Too bad I'm still a poor Master's student, I really want to purchase your book: Purely Functional Data Structures. :)

P.S. -- I am friends with one of your students, Scott Lobdell, at West Point.

pjz said...

Somewhat simpler would be an exercise in combining structures to come up with hybrids like: a linked list with O(1) lookup via a hash table, 'threaded' trees (linked list + tree structure) and even simply linked lists that are 'multithreaded' for efficiency.

Jonas said...

I agree with the first comment, if we had done exercises such as this in my algorithm courses I might still use some of the data structures apart from the linked list and hash table.

Very nice description, makes me want to revisit my algorithm exercises and do something with them.

Fred said...

Hmm...it seems like you could just keep the two trees in memory separately, pick the least of the min's at findMin/deleteMin time, still hit all of your constraints, and probably have it be a bit simpler. Is there something I'm missing? It's a neat exercise, though!

Chris Okasaki said...

Fred: I'm not sure which two trees you mean, the original two trees being merged or the two subtrees being recursively merged.

Keeping the original two trees would work if there was only ever a single merge, but when there can be arbitrarily many merges, then deleteMin ends up taking linear time.

Keeping the two subtrees is a problem, because then the new root effectively has three children instead of two. Merge again and you have a node with four children, then five, six, etc. Again, you end up with operations taking linear time.

Ravi said...

"One reason for this is that many data structures depend on non-obvious invariants. Most students are pretty shaky on the whole idea of invariants to begin with"

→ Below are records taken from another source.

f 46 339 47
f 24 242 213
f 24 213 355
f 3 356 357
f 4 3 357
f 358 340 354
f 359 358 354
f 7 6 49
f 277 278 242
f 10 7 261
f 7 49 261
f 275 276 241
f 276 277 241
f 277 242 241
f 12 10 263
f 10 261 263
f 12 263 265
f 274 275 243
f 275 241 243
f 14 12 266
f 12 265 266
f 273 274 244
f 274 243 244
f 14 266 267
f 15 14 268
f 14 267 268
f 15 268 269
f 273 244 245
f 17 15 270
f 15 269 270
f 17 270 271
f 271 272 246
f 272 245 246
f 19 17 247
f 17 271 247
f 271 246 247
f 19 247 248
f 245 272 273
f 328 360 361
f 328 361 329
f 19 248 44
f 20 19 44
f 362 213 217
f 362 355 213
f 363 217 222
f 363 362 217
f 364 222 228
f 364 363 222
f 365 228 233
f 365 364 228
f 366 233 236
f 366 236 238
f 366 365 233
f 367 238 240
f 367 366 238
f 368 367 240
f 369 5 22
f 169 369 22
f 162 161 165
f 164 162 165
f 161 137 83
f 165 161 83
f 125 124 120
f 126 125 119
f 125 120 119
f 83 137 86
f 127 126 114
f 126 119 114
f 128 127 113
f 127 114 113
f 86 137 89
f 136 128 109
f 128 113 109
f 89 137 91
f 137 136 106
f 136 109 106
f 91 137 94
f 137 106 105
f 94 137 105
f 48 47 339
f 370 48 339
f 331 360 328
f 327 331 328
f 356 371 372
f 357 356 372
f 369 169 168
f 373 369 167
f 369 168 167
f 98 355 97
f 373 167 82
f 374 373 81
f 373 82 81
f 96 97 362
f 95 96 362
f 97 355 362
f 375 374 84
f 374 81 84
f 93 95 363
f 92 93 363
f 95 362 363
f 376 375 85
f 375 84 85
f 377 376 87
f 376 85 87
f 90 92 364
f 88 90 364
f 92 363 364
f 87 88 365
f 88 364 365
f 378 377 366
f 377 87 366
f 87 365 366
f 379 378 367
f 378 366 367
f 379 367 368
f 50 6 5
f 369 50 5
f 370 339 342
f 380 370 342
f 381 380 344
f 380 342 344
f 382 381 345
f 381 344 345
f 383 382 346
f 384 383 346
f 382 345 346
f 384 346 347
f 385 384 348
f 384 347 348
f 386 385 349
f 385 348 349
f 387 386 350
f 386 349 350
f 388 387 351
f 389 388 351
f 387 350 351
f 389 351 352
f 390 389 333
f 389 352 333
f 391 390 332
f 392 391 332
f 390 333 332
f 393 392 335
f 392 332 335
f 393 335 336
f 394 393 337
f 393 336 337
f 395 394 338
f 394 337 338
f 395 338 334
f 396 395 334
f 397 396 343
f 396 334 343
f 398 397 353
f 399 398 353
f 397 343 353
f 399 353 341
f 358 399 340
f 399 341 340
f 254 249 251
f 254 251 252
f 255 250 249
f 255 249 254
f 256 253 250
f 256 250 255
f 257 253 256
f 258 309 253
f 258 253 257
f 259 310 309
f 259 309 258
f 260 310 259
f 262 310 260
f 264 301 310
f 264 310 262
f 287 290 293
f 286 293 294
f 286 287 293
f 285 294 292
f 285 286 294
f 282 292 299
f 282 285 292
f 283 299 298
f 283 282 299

Good Point. What do you think students can do to increase their familiarity with such invariants? read research papers? learn more theory? Is there a list of "design your own data structure" problems somewhere?

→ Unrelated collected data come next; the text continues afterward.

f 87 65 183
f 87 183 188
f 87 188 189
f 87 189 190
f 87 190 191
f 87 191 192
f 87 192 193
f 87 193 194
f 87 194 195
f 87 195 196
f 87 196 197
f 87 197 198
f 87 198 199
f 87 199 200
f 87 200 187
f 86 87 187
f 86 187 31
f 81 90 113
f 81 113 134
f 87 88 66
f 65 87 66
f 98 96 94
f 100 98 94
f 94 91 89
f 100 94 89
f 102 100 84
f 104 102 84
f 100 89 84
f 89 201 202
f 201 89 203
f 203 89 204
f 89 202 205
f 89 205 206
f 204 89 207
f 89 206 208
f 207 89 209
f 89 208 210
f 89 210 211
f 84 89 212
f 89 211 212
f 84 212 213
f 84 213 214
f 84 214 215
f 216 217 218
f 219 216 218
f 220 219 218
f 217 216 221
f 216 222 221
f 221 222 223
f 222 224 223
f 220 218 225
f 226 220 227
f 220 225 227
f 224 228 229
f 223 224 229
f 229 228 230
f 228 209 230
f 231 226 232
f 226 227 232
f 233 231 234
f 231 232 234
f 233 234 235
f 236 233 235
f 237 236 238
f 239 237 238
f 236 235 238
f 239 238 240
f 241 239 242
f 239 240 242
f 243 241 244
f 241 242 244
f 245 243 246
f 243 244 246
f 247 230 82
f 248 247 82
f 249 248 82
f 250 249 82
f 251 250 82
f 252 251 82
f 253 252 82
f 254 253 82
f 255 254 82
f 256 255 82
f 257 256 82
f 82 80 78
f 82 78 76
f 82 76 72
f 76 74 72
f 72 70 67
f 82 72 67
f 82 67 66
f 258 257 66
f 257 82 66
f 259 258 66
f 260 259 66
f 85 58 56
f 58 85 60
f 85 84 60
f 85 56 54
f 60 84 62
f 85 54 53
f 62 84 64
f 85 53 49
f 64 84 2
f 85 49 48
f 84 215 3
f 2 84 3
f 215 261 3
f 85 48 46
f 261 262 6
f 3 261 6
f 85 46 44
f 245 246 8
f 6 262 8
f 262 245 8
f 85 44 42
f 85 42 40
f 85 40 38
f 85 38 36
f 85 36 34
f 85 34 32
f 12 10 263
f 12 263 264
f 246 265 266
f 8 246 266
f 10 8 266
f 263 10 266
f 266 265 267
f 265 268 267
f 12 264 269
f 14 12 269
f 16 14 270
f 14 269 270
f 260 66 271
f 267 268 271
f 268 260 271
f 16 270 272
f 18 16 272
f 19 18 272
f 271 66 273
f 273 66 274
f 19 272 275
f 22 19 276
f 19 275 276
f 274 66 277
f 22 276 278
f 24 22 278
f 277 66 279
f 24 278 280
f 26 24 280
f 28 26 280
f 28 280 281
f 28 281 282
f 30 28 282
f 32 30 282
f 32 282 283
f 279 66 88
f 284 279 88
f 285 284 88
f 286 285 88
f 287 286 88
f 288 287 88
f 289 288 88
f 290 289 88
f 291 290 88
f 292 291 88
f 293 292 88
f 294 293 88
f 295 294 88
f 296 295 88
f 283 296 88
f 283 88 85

I am very interested in learning how to design (vs implement) data structures. Any pointers/advice would be greatly appreciated.

Thanks in advance.

Chris Okasaki said...

Ravi: I think a good way to learn about how these invariants work is to study a bunch of the standard data structures. But instead of stopping at just learning how that data structure works, really pay attention to the invariant and notice exactly where the algorithms take advantage of it. Think of variations of the invariant and explore how those variations would affect the algorithms.

It can be very useful to compare different designs of the same kind of data structure to see how they solve the same problems in different ways. For example, compare red-black trees and AVL trees, or leftist heaps and binomial heaps.

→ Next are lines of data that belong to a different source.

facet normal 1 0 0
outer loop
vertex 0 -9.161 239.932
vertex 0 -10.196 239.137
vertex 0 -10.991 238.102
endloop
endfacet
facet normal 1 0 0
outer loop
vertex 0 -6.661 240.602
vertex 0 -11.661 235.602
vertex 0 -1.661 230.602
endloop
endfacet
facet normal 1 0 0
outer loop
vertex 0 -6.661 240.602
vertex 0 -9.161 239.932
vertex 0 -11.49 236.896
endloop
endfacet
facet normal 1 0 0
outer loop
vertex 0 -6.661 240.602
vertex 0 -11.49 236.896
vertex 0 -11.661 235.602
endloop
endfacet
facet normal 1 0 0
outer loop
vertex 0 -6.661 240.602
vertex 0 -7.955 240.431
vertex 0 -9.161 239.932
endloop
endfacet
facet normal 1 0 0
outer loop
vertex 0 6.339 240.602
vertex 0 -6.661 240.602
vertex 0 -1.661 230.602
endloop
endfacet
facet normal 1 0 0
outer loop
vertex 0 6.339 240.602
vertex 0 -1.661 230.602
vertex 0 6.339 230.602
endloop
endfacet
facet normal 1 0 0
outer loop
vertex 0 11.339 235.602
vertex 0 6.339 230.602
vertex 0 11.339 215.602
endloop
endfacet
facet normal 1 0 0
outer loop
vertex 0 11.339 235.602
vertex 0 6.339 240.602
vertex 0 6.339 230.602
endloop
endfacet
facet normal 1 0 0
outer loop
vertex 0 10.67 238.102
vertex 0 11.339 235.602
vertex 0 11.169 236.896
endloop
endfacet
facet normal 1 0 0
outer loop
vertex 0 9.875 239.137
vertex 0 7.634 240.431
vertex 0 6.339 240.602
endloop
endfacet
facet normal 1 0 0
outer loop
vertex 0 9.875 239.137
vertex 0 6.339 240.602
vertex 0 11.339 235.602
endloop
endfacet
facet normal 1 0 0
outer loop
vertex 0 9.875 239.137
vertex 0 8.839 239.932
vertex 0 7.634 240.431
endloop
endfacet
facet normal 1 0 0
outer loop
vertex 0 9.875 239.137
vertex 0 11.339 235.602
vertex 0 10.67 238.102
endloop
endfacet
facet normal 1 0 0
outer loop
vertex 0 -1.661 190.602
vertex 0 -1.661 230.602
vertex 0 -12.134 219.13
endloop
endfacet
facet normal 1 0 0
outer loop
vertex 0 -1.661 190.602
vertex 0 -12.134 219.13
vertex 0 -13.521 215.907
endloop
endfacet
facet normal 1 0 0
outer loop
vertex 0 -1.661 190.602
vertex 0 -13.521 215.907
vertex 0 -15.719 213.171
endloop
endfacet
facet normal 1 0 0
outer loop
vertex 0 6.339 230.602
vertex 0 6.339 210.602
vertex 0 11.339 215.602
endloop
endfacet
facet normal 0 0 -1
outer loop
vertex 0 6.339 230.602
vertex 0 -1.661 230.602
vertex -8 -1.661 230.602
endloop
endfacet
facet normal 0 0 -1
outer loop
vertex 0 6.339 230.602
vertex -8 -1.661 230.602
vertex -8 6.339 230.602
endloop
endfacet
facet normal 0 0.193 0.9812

You don't need a list of problems, just start with things like priority queues, dictionaries, and sequences.

In my book, Purely Functional Data Structures, I discuss a bunch of techniques for designing data structures. Many of them are particularly suited to functional data structures, but many of them apply more widely. Probably the most widespread is "numerical representations", where you design the data structure in analogy to a number system, and design the algorithms on the data structure in analogy to operations on those numbers.

Raoul Duke said...

i dare say that you won't care about invariants until you have to debug the code of somebody who didn't know about the idea, and wrote up a mess.

in other words, invariants can be hard to motivate because they can seem like bondage or esoteric math foo, rather than something that just helps me ship the darned product.

i don't currently agree with that thought, but acknowledge that some folks (apparently) think that way. and i probably did when i was first told about them in CS211, or whatever class it was.